Extrajudicial identifications obtained through impermissibly suggestive procedures are not admissible. James [v. State, 191 Md. App. 233, 251-52 (2010)]. We look at the circumstances of [the] identification... through a two-step process:
The first is whether the identification procedure was impermissibly suggestive. If the answer is "no," the inquiry ends and both the extra-judicial identification and the in-court identification are admissible at trial. If, on the other hand, the procedure was impermissibly suggestive, the second step is triggered, and the court must determine whether, under the totality of the circumstances, the identification was reliable.
Jones v. State, 395 Md. 97, 109 (2006) (citations omitted). "The defendant bears the burden of proof in the first stage of the inquiry, and, if the defendant meets this burden, then the prosecution has the burden in the second stage of the analysis." Upshur v. State, 208 Md. App. 383, 400-01, (2012) (citing In re Matthew S., 199 Md.
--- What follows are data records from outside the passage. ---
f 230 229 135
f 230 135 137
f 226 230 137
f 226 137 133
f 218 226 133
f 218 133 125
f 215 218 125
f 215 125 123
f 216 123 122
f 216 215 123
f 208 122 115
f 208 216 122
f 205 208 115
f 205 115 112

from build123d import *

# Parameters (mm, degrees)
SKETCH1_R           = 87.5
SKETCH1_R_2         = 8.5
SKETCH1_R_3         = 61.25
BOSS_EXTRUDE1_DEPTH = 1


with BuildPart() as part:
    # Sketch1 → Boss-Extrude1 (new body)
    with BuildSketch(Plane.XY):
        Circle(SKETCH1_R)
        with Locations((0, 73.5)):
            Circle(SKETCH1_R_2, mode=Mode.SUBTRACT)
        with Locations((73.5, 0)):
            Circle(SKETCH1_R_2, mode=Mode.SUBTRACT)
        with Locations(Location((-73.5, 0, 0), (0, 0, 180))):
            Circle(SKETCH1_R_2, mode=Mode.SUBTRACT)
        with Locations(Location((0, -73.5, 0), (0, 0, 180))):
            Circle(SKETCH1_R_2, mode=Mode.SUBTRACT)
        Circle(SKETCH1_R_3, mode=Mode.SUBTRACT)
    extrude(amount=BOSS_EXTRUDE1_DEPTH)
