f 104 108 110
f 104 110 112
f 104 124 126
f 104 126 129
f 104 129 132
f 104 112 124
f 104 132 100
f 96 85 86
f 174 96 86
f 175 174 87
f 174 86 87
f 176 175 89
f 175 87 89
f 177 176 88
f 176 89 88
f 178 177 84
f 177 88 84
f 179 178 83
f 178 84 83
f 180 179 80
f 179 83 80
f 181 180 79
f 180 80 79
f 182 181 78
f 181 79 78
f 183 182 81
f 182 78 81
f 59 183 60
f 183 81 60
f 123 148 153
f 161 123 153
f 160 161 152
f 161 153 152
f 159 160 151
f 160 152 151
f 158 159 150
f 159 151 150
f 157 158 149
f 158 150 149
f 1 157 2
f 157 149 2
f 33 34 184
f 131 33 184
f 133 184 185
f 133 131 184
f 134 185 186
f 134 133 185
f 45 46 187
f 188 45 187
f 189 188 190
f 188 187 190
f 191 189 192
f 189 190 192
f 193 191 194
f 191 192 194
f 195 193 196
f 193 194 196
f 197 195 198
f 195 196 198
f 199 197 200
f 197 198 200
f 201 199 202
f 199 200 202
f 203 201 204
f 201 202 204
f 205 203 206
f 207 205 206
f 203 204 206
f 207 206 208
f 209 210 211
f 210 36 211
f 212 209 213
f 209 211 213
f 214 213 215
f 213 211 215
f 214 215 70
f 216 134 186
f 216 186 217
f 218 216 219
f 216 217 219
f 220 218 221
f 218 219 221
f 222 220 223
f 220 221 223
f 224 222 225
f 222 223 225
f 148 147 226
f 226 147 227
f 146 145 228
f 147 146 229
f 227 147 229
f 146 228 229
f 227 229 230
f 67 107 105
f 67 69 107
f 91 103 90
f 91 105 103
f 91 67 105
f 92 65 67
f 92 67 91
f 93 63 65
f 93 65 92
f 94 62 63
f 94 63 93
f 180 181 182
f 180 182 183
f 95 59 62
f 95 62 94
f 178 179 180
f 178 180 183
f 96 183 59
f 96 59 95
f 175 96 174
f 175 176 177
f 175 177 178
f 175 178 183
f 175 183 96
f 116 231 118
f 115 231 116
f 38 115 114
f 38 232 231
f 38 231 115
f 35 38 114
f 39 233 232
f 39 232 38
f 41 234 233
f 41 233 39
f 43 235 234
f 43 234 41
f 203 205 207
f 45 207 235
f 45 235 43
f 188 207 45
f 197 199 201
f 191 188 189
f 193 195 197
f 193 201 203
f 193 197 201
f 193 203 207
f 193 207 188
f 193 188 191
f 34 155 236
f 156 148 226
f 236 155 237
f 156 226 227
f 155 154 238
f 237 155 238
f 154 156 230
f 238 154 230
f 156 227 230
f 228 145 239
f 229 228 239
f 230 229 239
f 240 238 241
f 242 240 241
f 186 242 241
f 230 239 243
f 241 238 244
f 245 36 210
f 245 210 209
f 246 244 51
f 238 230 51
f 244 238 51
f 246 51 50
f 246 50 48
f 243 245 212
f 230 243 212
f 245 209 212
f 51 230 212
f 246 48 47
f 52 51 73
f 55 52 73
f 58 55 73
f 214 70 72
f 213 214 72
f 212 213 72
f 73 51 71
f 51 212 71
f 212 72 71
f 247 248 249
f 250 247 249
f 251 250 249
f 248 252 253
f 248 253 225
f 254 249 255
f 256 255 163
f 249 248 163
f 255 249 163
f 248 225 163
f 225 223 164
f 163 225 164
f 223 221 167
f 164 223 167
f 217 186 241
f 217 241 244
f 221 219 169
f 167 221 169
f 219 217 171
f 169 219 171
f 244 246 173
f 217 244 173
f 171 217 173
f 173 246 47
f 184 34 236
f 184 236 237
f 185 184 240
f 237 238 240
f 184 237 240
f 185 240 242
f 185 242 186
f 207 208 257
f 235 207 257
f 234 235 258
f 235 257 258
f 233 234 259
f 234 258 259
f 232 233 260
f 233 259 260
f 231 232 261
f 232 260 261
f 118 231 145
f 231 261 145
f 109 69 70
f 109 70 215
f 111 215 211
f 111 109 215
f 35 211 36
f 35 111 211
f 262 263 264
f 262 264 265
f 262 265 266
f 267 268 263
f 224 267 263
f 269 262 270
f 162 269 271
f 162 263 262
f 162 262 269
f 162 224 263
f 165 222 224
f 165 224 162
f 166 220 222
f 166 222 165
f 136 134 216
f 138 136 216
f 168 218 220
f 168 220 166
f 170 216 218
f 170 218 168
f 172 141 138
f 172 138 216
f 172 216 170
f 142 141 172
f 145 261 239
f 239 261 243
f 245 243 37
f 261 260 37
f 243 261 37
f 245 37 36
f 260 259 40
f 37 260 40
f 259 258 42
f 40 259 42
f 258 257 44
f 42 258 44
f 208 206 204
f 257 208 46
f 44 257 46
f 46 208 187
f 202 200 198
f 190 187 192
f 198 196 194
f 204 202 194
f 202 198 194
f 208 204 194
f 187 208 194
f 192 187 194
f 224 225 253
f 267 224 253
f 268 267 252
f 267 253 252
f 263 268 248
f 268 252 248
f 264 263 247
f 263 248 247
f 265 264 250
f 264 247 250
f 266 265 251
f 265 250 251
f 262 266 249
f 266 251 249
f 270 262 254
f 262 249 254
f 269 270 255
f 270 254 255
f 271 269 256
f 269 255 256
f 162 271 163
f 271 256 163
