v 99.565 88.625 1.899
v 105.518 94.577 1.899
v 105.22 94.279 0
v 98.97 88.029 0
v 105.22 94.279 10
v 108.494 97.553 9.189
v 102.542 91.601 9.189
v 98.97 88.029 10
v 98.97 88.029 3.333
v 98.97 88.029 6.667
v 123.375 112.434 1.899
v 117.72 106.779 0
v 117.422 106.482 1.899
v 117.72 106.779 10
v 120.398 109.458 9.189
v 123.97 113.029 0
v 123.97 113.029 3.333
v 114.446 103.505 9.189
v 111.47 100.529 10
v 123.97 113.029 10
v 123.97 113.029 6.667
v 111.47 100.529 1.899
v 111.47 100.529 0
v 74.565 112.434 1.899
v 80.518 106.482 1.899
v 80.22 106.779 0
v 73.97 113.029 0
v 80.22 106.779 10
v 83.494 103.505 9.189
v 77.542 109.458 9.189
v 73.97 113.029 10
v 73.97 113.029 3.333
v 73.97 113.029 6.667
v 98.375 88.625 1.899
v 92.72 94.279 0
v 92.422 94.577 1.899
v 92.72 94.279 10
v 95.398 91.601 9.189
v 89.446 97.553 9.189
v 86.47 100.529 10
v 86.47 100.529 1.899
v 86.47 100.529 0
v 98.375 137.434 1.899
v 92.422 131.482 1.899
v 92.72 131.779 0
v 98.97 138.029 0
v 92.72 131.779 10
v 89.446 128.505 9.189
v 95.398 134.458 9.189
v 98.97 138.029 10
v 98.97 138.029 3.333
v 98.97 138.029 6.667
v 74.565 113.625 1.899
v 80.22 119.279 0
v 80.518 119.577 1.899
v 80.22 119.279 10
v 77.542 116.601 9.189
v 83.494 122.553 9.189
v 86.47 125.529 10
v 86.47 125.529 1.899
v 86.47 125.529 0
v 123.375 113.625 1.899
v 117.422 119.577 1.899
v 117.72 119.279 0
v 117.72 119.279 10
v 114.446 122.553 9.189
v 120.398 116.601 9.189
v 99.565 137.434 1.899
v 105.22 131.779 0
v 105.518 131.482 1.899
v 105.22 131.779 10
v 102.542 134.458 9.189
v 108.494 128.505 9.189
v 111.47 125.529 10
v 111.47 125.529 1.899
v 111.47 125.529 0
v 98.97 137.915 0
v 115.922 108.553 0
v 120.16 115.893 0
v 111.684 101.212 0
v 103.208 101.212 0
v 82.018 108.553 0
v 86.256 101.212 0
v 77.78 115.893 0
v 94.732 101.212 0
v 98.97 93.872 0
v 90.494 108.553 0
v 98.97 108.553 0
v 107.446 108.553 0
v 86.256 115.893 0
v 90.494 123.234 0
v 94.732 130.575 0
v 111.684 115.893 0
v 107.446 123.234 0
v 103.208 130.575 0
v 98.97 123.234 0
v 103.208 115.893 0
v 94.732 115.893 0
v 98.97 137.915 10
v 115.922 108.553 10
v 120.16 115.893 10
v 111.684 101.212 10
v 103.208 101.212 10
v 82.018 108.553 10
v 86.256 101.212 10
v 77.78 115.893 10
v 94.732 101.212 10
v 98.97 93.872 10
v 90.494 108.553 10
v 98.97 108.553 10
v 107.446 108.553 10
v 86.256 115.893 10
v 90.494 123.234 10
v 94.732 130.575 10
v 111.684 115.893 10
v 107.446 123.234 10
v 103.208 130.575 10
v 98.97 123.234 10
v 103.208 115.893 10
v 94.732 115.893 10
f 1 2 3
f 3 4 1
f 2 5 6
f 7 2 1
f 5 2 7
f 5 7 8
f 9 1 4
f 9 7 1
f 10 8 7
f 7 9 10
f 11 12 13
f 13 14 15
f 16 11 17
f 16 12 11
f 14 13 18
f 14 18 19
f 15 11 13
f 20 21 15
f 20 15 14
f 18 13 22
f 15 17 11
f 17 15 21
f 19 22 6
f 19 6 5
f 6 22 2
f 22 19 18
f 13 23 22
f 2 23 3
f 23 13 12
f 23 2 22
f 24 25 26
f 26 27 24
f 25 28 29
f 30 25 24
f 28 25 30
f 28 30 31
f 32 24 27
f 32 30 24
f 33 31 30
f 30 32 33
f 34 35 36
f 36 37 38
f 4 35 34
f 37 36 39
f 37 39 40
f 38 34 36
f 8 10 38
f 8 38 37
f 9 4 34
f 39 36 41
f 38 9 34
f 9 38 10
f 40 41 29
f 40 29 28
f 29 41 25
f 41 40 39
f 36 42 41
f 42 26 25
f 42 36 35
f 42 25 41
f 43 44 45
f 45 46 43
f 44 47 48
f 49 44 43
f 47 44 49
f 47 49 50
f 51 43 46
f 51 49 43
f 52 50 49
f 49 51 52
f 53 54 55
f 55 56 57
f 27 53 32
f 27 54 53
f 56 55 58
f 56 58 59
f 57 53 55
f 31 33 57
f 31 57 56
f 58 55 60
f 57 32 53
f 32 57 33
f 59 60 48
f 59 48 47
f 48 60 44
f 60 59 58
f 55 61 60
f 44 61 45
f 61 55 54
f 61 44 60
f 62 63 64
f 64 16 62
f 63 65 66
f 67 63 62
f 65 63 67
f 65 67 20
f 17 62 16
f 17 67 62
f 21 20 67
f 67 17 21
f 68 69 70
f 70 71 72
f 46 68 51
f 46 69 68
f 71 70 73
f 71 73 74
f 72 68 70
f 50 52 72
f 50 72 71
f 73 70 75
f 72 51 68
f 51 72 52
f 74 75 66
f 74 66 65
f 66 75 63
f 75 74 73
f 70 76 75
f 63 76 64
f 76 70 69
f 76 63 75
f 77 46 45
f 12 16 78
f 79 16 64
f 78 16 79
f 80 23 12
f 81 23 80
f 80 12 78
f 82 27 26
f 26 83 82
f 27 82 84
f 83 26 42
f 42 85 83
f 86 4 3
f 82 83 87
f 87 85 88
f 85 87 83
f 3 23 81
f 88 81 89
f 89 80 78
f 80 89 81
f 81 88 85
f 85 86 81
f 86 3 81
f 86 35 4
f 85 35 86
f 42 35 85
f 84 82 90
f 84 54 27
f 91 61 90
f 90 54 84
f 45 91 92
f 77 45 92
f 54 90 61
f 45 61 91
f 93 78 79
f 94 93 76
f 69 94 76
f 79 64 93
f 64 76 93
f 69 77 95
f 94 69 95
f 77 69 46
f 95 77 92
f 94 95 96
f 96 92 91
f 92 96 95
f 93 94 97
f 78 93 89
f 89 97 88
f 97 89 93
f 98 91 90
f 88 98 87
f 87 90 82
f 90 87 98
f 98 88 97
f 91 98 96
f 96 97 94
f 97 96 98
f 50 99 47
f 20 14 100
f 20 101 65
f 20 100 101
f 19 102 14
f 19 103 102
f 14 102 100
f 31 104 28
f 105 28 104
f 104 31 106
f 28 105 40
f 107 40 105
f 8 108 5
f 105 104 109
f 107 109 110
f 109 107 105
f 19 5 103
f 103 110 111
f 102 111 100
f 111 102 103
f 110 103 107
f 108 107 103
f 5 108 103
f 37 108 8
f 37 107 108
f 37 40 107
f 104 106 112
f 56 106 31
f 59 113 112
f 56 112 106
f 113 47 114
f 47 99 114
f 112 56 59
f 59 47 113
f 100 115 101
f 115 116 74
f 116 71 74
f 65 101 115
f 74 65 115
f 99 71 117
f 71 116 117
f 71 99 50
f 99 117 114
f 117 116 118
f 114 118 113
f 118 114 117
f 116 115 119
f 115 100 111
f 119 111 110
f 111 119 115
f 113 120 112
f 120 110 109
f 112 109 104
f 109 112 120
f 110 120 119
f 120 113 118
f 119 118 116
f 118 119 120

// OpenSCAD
// CSG file generated from FreeCAD 0.20.29177 (Git)
group() {
 group(){
polyhedron ( points = [[123.970032,113.029228,0.000000],[123.970032,113.029228,10.000000],[98.970032,88.029228,0.000000],[98.970032,88.029228,10.000000],[73.970032,113.029228,0.000000],[73.970032,113.029228,10.000000],[98.970032,138.029236,0.000000],[98.970032,138.029236,10.000000],[123.970032,113.029228,3.333333],[123.970032,113.029228,6.666667],[98.970032,88.029228,3.333333],[98.970032,88.029228,6.666667],[117.720032,106.779228,0.000000],[111.470032,100.529228,0.000000],[105.220032,94.279228,0.000000],[117.720032,106.779228,10.000000],[111.470032,100.529228,10.000000],[105.220032,94.279228,10.000000],[73.970032,113.029228,3.333333],[73.970032,113.029228,6.666667],[92.720032,94.279228,0.000000],[86.470032,100.529228,0.000000],[80.220032,106.779228,0.000000],[92.720032,94.279228,10.000000],[86.470032,100.529228,10.000000],[80.220032,106.779228,10.000000],[98.970032,138.029236,3.333333],[98.970032,138.029236,6.666667],[80.220032,119.279228,0.000000],[86.470032,125.529228,0.000000],[92.720032,131.779236,0.000000],[80.220032,119.279228,10.000000],[86.470032,125.529228,10.000000],[92.720032,131.779236,10.000000],[105.220032,131.779236,0.000000],[111.470032,125.529228,0.000000],[117.720032,119.279228,0.000000],[105.220032,131.779236,10.000000],[111.470032,125.529228,10.000000],[117.720032,119.279228,10.000000],[105.517723,94.576920,1.899211],[117.422340,106.481544,1.899211],[99.565414,88.624611,1.899211],[102.541565,91.600769,9.189273],[108.493881,97.553078,9.189273],[123.374657,112.433853,1.899211],[114.446190,103.505386,9.189273],[120.398499,109.457695,9.189273],[111.470032,100.529228,1.899211],[80.517723,106.481544,1.899211],[92.422340,94.576920,1.899211],[74.565414,112.433853,1.899211],[77.541565,109.457695,9.189273],[83.493881,103.505386,9.189273],[98.374657,88.624611,1.899211],[89.446190,97.553078,9.189273],[95.398499,91.600769,9.189273],[86.470032,100.529228,1.899211],[92.422340,131.481537,1.899211],[80.517723,119.576920,1.899211],[98.374657,137.433853,1.899211],[95.398499,134.457703,9.189273],[89.446190,128.505386,9.189273],[74.565414,113.624611,1.899211],[83.493881,122.553078,9.189273],[77.541565,116.600769,9.189273],[86.470032,125.529228,1.899211],[117.422340,119.576920,1.899211],[105.517723,131.481537,1.899211],[123.374657,113.624611,1.899211],[120.398499,116.600769,9.189273],[114.446190,122.553078,9.189273],[99.565414,137.433853,1.899211],[108.493881,128.505386,9.189273],[102.541565,134.457703,9.189273],[111.470032,125.529228,1.899211],[82.017670,108.552750,0.000000],[115.922394,108.552750,0.000000],[98.970032,137.915100,0.000000],[98.970032,108.552750,0.000000],[90.493851,123.233925,0.000000],[107.446213,123.233925,0.000000],[120.160484,115.893333,0.000000],[111.684303,101.212158,0.000000],[77.779579,115.893333,0.000000],[86.255760,101.212158,0.000000],[98.970032,93.871574,0.000000],[94.731941,101.212158,0.000000],[90.493851,108.552750,0.000000],[103.208122,101.212158,0.000000],[107.446213,108.552750,0.000000],[86.255760,115.893333,0.000000],[94.731941,130.574509,0.000000],[111.684303,115.893333,0.000000],[103.208122,130.574509,0.000000],[98.970032,123.233925,0.000000],[103.208122,115.893333,0.000000],[94.731941,115.893333,0.000000],[82.017670,108.552750,10.000000],[115.922394,108.552750,10.000000],[98.970032,137.915100,10.000000],[98.970032,108.552750,10.000000],[90.493851,123.233925,10.000000],[107.446213,123.233925,10.000000],[120.160484,115.893333,10.000000],[111.684303,101.212158,10.000000],[77.779579,115.893333,10.000000],[86.255760,101.212158,10.000000],[98.970032,93.871574,10.000000],[94.731941,101.212158,10.000000],[90.493851,108.552750,10.000000],[103.208122,101.212158,10.000000],[107.446213,108.552750,10.000000],[86.255760,115.893333,10.000000],[94.731941,130.574509,10.000000],[111.684303,115.893333,10.000000],[103.208122,130.574509,10.000000],[98.970032,123.233925,10.000000],[103.208122,115.893333,10.000000],[94.731941,115.893333,10.000000]], faces = [[14,40,42],[42,2,14],[44,17,40],[42,40,43],[43,40,17],[3,43,17],[2,42,10],[42,43,10],[43,3,11],[11,10,43],[41,12,45],[47,15,41],[8,45,0],[45,12,0],[46,41,15],[16,46,15],[41,45,47],[47,9,1],[15,47,1],[48,41,46],[45,8,47],[9,47,8],[44,48,16],[17,44,16],[40,48,44],[46,16,48],[48,13,41],[14,13,40],[12,41,13],[48,40,13],[22,49,51],[51,4,22],[53,25,49],[51,49,52],[52,49,25],[5,52,25],[4,51,18],[51,52,18],[52,5,19],[19,18,52],[50,20,54],[56,23,50],[54,20,2],[55,50,23],[24,55,23],[50,54,56],[56,11,3],[23,56,3],[54,2,10],[57,50,55],[54,10,56],[11,56,10],[53,57,24],[25,53,24],[49,57,53],[55,24,57],[57,21,50],[49,22,21],[20,50,21],[57,49,21],[30,58,60],[60,6,30],[62,33,58],[60,58,61],[61,58,33],[7,61,33],[6,60,26],[60,61,26],[61,7,27],[27,26,61],[59,28,63],[65,31,59],[18,63,4],[63,28,4],[64,59,31],[32,64,31],[59,63,65],[65,19,5],[31,65,5],[66,59,64],[63,18,65],[19,65,18],[62,66,32],[33,62,32],[58,66,62],[64,32,66],[66,29,59],[30,29,58],[28,59,29],[66,58,29],[36,67,69],[69,0,36],[71,39,67],[69,67,70],[70,67,39],[1,70,39],[0,69,8],[69,70,8],[70,1,9],[9,8,70],[68,34,72],[74,37,68],[26,72,6],[72,34,6],[73,68,37],[38,73,37],[68,72,74],[74,27,7],[37,74,7],[75,68,73],[72,26,74],[27,74,26],[71,75,38],[39,71,38],[67,75,71],[73,38,75],[75,35,68],[36,35,67],[34,68,35],[75,67,35],[30,6,78],[77,0,12],[36,0,82],[82,0,77],[12,13,83],[83,13,89],[77,12,83],[22,4,76],[76,85,22],[84,76,4],[21,22,85],[85,87,21],[14,2,86],[88,85,76],[79,87,88],[85,88,87],[89,13,14],[90,89,79],[77,83,90],[89,90,83],[87,79,89],[89,86,87],[89,14,86],[2,20,86],[86,20,87],[87,20,21],[91,76,84],[4,28,84],[91,29,80],[84,28,91],[92,80,30],[92,30,78],[29,91,28],[80,29,30],[82,77,93],[35,93,81],[35,81,34],[93,36,82],[93,35,36],[94,78,34],[94,34,81],[6,34,78],[92,78,94],[95,94,81],[80,92,95],[94,95,92],[96,81,93],[90,93,77],[79,96,90],[93,90,96],[91,80,97],[88,97,79],[76,91,88],[97,88,91],[96,79,97],[95,97,80],[81,96,95],[97,95,96],[33,100,7],[99,15,1],[39,104,1],[104,99,1],[15,105,16],[105,111,16],[99,105,15],[25,98,5],[98,25,107],[106,5,98],[24,107,25],[107,24,109],[17,108,3],[110,98,107],[101,110,109],[107,109,110],[111,17,16],[112,101,111],[99,112,105],[111,105,112],[109,111,101],[111,109,108],[111,108,17],[3,108,23],[108,109,23],[109,24,23],[113,106,98],[5,106,31],[113,102,32],[106,113,31],[114,33,102],[114,100,33],[32,31,113],[102,33,32],[104,115,99],[38,103,115],[38,37,103],[115,104,39],[115,39,38],[116,37,100],[116,103,37],[7,100,37],[114,116,100],[117,103,116],[102,117,114],[116,114,117],[118,115,103],[112,99,115],[101,112,118],[115,118,112],[113,119,102],[110,101,119],[98,110,113],[119,113,110],[118,119,101],[117,102,119],[103,117,118],[119,118,117]]);
}
}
App. 436, 447-48 (2011)), cert. denied, 430 Md. 646 (2013); see also James, 191 Md. App. at 252 ("Although the reliability of the
identification is the linchpin question, if the identification procedure is not unduly suggestive, then our inquiry is at an end.") (Internal citation and quotation marks omitted.))Wallace v. State, 219 Md. App. at 244. (Some citations omitted. Alterations from original.) To determine the reliability of an identification, courts will consider the totality of the circumstances. In Neil v. Biggers, 409 U.S. 188 (1972), the Supreme Court listed several factors to be considered in evaluating the likelihood of misidentification, including "the opportunity of the witness to view the criminal at the time of the crime, the witness' degree of attention, the accuracy of the witness' prior description of the criminal, the level of certainty demonstrated by the witness at the confrontation, and the length of time between the crime and the confrontation." Id. at 199-200.
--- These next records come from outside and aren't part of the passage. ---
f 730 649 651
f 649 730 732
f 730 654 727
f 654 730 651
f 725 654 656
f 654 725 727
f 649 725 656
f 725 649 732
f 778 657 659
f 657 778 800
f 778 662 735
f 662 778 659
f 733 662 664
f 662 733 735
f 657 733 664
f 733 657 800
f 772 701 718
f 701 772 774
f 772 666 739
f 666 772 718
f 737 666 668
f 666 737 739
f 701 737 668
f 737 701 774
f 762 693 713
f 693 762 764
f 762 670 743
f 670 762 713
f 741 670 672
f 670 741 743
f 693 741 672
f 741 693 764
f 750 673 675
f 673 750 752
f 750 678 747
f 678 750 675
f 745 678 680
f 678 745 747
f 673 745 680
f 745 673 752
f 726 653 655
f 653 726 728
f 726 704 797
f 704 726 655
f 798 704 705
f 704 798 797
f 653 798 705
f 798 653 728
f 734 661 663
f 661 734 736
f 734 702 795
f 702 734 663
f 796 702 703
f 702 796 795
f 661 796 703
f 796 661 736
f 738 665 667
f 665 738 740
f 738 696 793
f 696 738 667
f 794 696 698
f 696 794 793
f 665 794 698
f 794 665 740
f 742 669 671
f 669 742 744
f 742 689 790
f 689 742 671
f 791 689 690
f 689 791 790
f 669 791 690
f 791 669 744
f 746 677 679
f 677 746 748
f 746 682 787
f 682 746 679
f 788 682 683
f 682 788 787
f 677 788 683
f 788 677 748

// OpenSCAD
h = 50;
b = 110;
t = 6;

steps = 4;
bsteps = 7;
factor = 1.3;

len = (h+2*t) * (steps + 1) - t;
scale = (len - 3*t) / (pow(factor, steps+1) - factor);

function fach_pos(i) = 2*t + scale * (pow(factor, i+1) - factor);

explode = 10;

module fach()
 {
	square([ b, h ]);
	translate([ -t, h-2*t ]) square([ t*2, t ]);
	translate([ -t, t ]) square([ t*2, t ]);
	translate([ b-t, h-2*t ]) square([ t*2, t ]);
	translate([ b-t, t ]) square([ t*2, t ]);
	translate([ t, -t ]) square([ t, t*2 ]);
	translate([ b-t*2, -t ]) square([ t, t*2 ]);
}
We are persuaded that, however suggestive, vel non, the identification procedure may have been, the identifications were admissible because they were so reliable. Voorhaar's identification of appellant was reliable because when Sauve showed Voorhaar the photograph a few days after the search, Voorhaar was already familiar with appellant. In fact, appellant was known to Voorhaar before the search took place. Voorhaar then encountered appellant inside the residence and identified him to Sauve as the person who had the rifle. Under the totality of the circumstances, we believe that there was little likelihood that Voorhaar mis-identified appellant at trial as a result of being shown a single photograph of him just days after the search warrant was executed.
JUDGMENTS OF THE CIRCUIT COURT FOR CHARLES COUNTY AFFIRMED. COSTS TO BE PAID BY APPELLANT.